Cogler’s Creed movies, which chronicle the boxing career of Apollo Creed’s secret son from an affair, are a self-consciously grounded rebooting of Rocky. Rocky IV comes from an entirely different universe. The production’s make-up artist Leonard Engelman recalls the crew using the term “pump and lube” for the manner in which Stallone’s body would be buffed to a glistening finish on set. The star pumped his muscles off camera and then the artists dashed out to “lube his body”.

“Pump and lube” perfectly describes the film itself, which begins with Carl Weathers dressed as Uncle Sam – and then goes thermonuclear in its absurdity. That is exemplified by a side-plot in which Rocky’s brother-in-law Paulie (Burt Young) receives a gift from Rocky and Rocky's wife Adrian (Talia Shire) of a robot-butler named Sico.

Paulie is initially spooked by the robot (“I wanted a sports car – not no walking trash can!”). However, he soon develops a bond with it. “That’s my girl,” he says to Rocky. “She loves me.”

Sico was created, controlled and voiced by Robert Doornick, the founder of US company International Robotics. And it had a more impressive CV than most of the cast. Sico had already starred in soap opera Days of Our Lives, toured with James Brown (it danced as he sang) and appeared in the video to Carly Simon’s “My New Boyfriend”.

The attraction for Stallone was Doornick’s belief the robot could help autistic children communicate. Stallone’s son Seargeoh is autistic, so the star’s interest was understandably piqued.

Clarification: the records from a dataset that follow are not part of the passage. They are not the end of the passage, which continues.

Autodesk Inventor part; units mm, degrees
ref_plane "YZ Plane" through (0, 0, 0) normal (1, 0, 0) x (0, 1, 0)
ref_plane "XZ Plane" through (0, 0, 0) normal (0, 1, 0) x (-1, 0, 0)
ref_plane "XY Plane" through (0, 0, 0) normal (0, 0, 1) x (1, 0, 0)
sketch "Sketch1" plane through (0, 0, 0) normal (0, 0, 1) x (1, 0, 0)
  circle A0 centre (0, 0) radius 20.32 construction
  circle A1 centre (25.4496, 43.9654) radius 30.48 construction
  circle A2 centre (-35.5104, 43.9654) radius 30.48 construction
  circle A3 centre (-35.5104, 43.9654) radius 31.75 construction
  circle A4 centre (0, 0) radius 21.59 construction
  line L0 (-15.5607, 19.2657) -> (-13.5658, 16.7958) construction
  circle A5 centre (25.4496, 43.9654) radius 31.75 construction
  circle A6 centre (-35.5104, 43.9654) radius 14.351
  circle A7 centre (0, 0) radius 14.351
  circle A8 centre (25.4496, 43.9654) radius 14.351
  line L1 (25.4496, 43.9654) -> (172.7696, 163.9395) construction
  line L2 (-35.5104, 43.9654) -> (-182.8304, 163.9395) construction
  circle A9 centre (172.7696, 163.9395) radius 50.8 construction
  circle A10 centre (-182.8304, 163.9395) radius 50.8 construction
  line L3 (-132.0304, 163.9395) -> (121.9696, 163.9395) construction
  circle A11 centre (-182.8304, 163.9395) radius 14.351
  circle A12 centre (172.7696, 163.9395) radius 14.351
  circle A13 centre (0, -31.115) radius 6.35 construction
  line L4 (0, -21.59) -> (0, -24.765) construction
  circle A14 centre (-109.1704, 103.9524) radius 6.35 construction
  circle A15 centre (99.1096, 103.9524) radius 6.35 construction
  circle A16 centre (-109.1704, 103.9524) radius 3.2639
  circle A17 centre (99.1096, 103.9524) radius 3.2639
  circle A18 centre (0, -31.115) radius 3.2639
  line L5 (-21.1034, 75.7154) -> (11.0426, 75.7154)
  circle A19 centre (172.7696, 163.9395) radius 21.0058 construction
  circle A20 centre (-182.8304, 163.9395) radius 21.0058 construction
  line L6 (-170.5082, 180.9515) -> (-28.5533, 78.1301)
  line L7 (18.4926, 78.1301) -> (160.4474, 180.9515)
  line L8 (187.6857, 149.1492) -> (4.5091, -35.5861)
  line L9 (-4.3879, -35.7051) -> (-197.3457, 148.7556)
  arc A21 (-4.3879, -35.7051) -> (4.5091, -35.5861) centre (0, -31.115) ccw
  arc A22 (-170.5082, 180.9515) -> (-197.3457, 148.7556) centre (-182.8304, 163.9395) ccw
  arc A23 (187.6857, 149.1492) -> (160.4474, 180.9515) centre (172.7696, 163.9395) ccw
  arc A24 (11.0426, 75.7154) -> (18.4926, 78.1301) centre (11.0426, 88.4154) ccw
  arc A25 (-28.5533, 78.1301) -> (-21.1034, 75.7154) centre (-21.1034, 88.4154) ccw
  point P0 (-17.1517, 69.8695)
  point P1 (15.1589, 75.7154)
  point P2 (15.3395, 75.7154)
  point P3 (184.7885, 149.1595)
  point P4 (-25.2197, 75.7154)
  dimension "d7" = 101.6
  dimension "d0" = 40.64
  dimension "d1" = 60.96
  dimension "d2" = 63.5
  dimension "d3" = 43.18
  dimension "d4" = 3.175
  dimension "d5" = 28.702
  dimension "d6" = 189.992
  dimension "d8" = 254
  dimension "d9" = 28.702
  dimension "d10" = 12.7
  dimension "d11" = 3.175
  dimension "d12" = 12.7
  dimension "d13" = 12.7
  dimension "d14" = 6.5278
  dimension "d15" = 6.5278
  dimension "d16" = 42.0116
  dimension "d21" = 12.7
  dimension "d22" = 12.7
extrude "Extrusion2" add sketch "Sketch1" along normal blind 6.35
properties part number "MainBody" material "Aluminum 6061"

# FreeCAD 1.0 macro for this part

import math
import FreeCAD as App
import Part
import Sketcher
Q = App.Units.Quantity

doc = App.newDocument("Part")
params = doc.addObject("Spreadsheet::Sheet", "Params")
for row, (alias, value) in enumerate([
    ("sketch1_radius", "0.5 in"),
    ("sketch1_diameter", "1.13 in"),
    ("sketch1_radius2", "0.25 in"),
    ("sketch1_diameter2", "0.257 in"),
    ("sketch1_radius3", "0.827 in"),
    ("pad1_length", "0.25 in"),
], start=1):
    params.set(f"A{row}", alias)
    params.set(f"B{row}", "=" + value)
    params.setAlias(f"B{row}", alias)

body = doc.addObject("PartDesign::Body", "Body")

# Sketch on XY plane
sketch1 = body.newObject("Sketcher::SketchObject", "Sketch")
sketch1.AttachmentSupport = (doc.getObject("XY_Plane"), [""])
sketch1.MapMode = "FlatFace"
sketch1.addGeometry(Part.LineSegment(App.Vector(11, 75.7, 0), App.Vector(-21.1, 75.7, 0)), False)
sketch1.addGeometry(Part.ArcOfCircle(Part.Circle(App.Vector(-21.1, 88.4, 0), App.Vector(0, 0, 1), 12.7), math.radians(-126), math.radians(-90)), False)
sketch1.addGeometry(Part.LineSegment(App.Vector(-28.6, 78.1, 0), App.Vector(-170.5, 181, 0)), False)
sketch1.addGeometry(Part.ArcOfCircle(Part.Circle(App.Vector(-182.8, 163.9, 0), App.Vector(0, 0, 1), 21), math.radians(54), math.radians(226)), False)
sketch1.addGeometry(Part.LineSegment(App.Vector(-197.3, 148.8, 0), App.Vector(-4.4, -35.7, 0)), False)
sketch1.addGeometry(Part.ArcOfCircle(Part.Circle(App.Vector(0, -31.1, 0), App.Vector(0, 0, 1), 6.4), math.radians(-134), math.radians(-45)), False)
sketch1.addGeometry(Part.LineSegment(App.Vector(4.5, -35.6, 0), App.Vector(187.7, 149.1, 0)), False)
sketch1.addGeometry(Part.ArcOfCircle(Part.Circle(App.Vector(172.8, 163.9, 0), App.Vector(0, 0, 1), 21), math.radians(-45), math.radians(126)), False)
sketch1.addGeometry(Part.LineSegment(App.Vector(160.4, 181, 0), App.Vector(18.5, 78.1, 0)), False)
sketch1.addGeometry(Part.ArcOfCircle(Part.Circle(App.Vector(11, 88.4, 0), App.Vector(0, 0, 1), 12.7), math.radians(-90), math.radians(-54)), False)
sketch1.addGeometry(Part.Circle(App.Vector(-35.5, 44, 0), App.Vector(0, 0, 1), 14.4), False)
sketch1.addGeometry(Part.Circle(App.Vector(0, -31.1, 0), App.Vector(0, 0, 1), 3.3), False)
sketch1.addGeometry(Part.Circle(App.Vector(0, 0, 0), App.Vector(0, 0, 1), 14.4), False)
sketch1.addGeometry(Part.Circle(App.Vector(25.4, 44, 0), App.Vector(0, 0, 1), 14.4), False)
sketch1.addGeometry(Part.Circle(App.Vector(-109.2, 104, 0), App.Vector(0, 0, 1), 3.3), False)
sketch1.addGeometry(Part.Circle(App.Vector(-182.8, 163.9, 0), App.Vector(0, 0, 1), 14.4), False)
sketch1.addGeometry(Part.Circle(App.Vector(99.1, 104, 0), App.Vector(0, 0, 1), 3.3), False)
sketch1.addGeometry(Part.Circle(App.Vector(172.8, 163.9, 0), App.Vector(0, 0, 1), 14.4), False)
sketch1.addConstraint(Sketcher.Constraint("Tangent", 0, 2, 1, 2))
sketch1.addConstraint(Sketcher.Constraint("Tangent", 1, 1, 2, 1))
sketch1.addConstraint(Sketcher.Constraint("Tangent", 2, 2, 3, 1))
sketch1.addConstraint(Sketcher.Constraint("Tangent", 3, 2, 4, 1))
sketch1.addConstraint(Sketcher.Constraint("Tangent", 4, 2, 5, 1))
sketch1.addConstraint(Sketcher.Constraint("Tangent", 5, 2, 6, 1))
sketch1.addConstraint(Sketcher.Constraint("Tangent", 6, 2, 7, 1))
sketch1.addConstraint(Sketcher.Constraint("Tangent", 7, 2, 8, 1))
sketch1.addConstraint(Sketcher.Constraint("Tangent", 8, 2, 9, 2))
sketch1.addConstraint(Sketcher.Constraint("Tangent", 9, 1, 0, 1))
sketch1.addConstraint(Sketcher.Constraint("Horizontal", 0))
sketch1.addConstraint(Sketcher.Constraint("Coincident", 12, 3, -1, 1))
sketch1.addConstraint(Sketcher.Constraint("Coincident", 11, 3, 5, 3))
sketch1.addConstraint(Sketcher.Constraint("Coincident", 15, 3, 3, 3))
sketch1.addConstraint(Sketcher.Constraint("Coincident", 17, 3, 7, 3))
sketch1.addConstraint(Sketcher.Constraint("Equal", 3, 7))
sketch1.addConstraint(Sketcher.Constraint("Equal", 1, 9))
sketch1.addConstraint(Sketcher.Constraint("Equal", 10, 12))
sketch1.addConstraint(Sketcher.Constraint("Equal", 12, 13))
sketch1.addConstraint(Sketcher.Constraint("Equal", 11, 14))
sketch1.addConstraint(Sketcher.Constraint("Equal", 13, 15))
sketch1.addConstraint(Sketcher.Constraint("Equal", 14, 16))
sketch1.addConstraint(Sketcher.Constraint("Equal", 15, 17))
sketch1.addConstraint(Sketcher.Constraint("PointOnObject", 5, 3, -2))
sketch1.addConstraint(Sketcher.Constraint("Horizontal", 3, 3, 7, 3))
sketch1.addConstraint(Sketcher.Constraint("Horizontal", 10, 3, 13, 3))
sketch1.addConstraint(Sketcher.Constraint("Horizontal", 14, 3, 16, 3))
sketch1.addConstraint(Sketcher.Constraint("Horizontal", 2, 2, 7, 2))
sketch1.addConstraint(Sketcher.Constraint("Radius", 1, Q("0.5 in")))
sketch1.addConstraint(Sketcher.Constraint("Diameter", 10, Q("1.13 in")))
sketch1.addConstraint(Sketcher.Constraint("Radius", 5, Q("0.25 in")))
sketch1.addConstraint(Sketcher.Constraint("Diameter", 11, Q("0.257 in")))
sketch1.addConstraint(Sketcher.Constraint("Radius", 3, Q("0.827 in")))
sketch1.addConstraint(Sketcher.Constraint("DistanceX", 10, 3, 13, 3, Q("2.4 in")))
sketch1.addConstraint(Sketcher.Constraint("DistanceX", 3, 3, 7, 3, Q("14 in")))
sketch1.addConstraint(Sketcher.Constraint("DistanceX", 3, 3, 10, 3, Q("5.8 in")))
sketch1.addConstraint(Sketcher.Constraint("DistanceX", 14, 3, 10, 3, Q("2.9 in")))
sketch1.addConstraint(Sketcher.Constraint("DistanceX", 13, 3, 16, 3, Q("2.9 in")))
sketch1.addConstraint(Sketcher.Constraint("Angle", 4, Q("-43.7103 deg")))
sketch1.addConstraint(Sketcher.Constraint("DistanceY", 10, 3, 1, 3, Q("1.75 in")))
sketch1.addConstraint(Sketcher.Constraint("DistanceX", 0, 2, 0, 1, Q("1.2656 in")))
sketch1.addConstraint(Sketcher.Constraint("DistanceY", 5, 3, -1, 1, Q("1.225 in")))
sketch1.addConstraint(Sketcher.Constraint("DistanceY", -1, 1, 1, 1, Q("3.076 in")))
sketch1.addConstraint(Sketcher.Constraint("DistanceY", -1, 1, 3, 3, Q("6.4543 in")))
sketch1.addConstraint(Sketcher.Constraint("DistanceY", 1, 3, 14, 3, Q("0.6117 in")))
sketch1.setExpression("Constraints[28]", "Params.sketch1_radius")
sketch1.setExpression("Constraints[29]", "Params.sketch1_diameter")
sketch1.setExpression("Constraints[30]", "Params.sketch1_radius2")
sketch1.setExpression("Constraints[31]", "Params.sketch1_diameter2")
sketch1.setExpression("Constraints[32]", "Params.sketch1_radius3")
pad1 = body.newObject("PartDesign::Pad", "Pad")
pad1.Profile = sketch1
pad1.setExpression("Length", "Params.pad1_length")

doc.recompute()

“We got a call from the Stallone family,” Doornick told Triviahappy.com. “They were very interested in how the robot could work with his son. One thing led to another and Stallone completely became enamoured with Sico, that particular character.”

Thirty-five years on, the robot is regarded as the movie’s biggest pitfall. That is a view to which Stallone himself has seemingly come around. A forthcoming 35th anniversary director’s cut of Rocky IV would, he revealed, feature extra Drago dialogue – and no Sico the robot (it is expected the cut will be released on Blu-ray though this has yet unconfirmed).

“The robot is going to the junkyard forever,” said Stallone. “No more robot.”

Champion: Sylvester Stallone as Rocky Balboa (Rex)

“I was in my office when I found out,” Doornick told Empire of the plans for a Sico-free Rocky IV. “I was deluged with messages: ‘How can Stallone do that?’ But I know why he’s doing it, because I know he loves the robot. By causing turmoil among the fans of Sico, it generates more publicity.

“And by removing the robot from the movie, it saves money in royalty fees, because he is a member of the Screen Actors Guild. Sico receives cheques all the time – and of course he sends them over to me.”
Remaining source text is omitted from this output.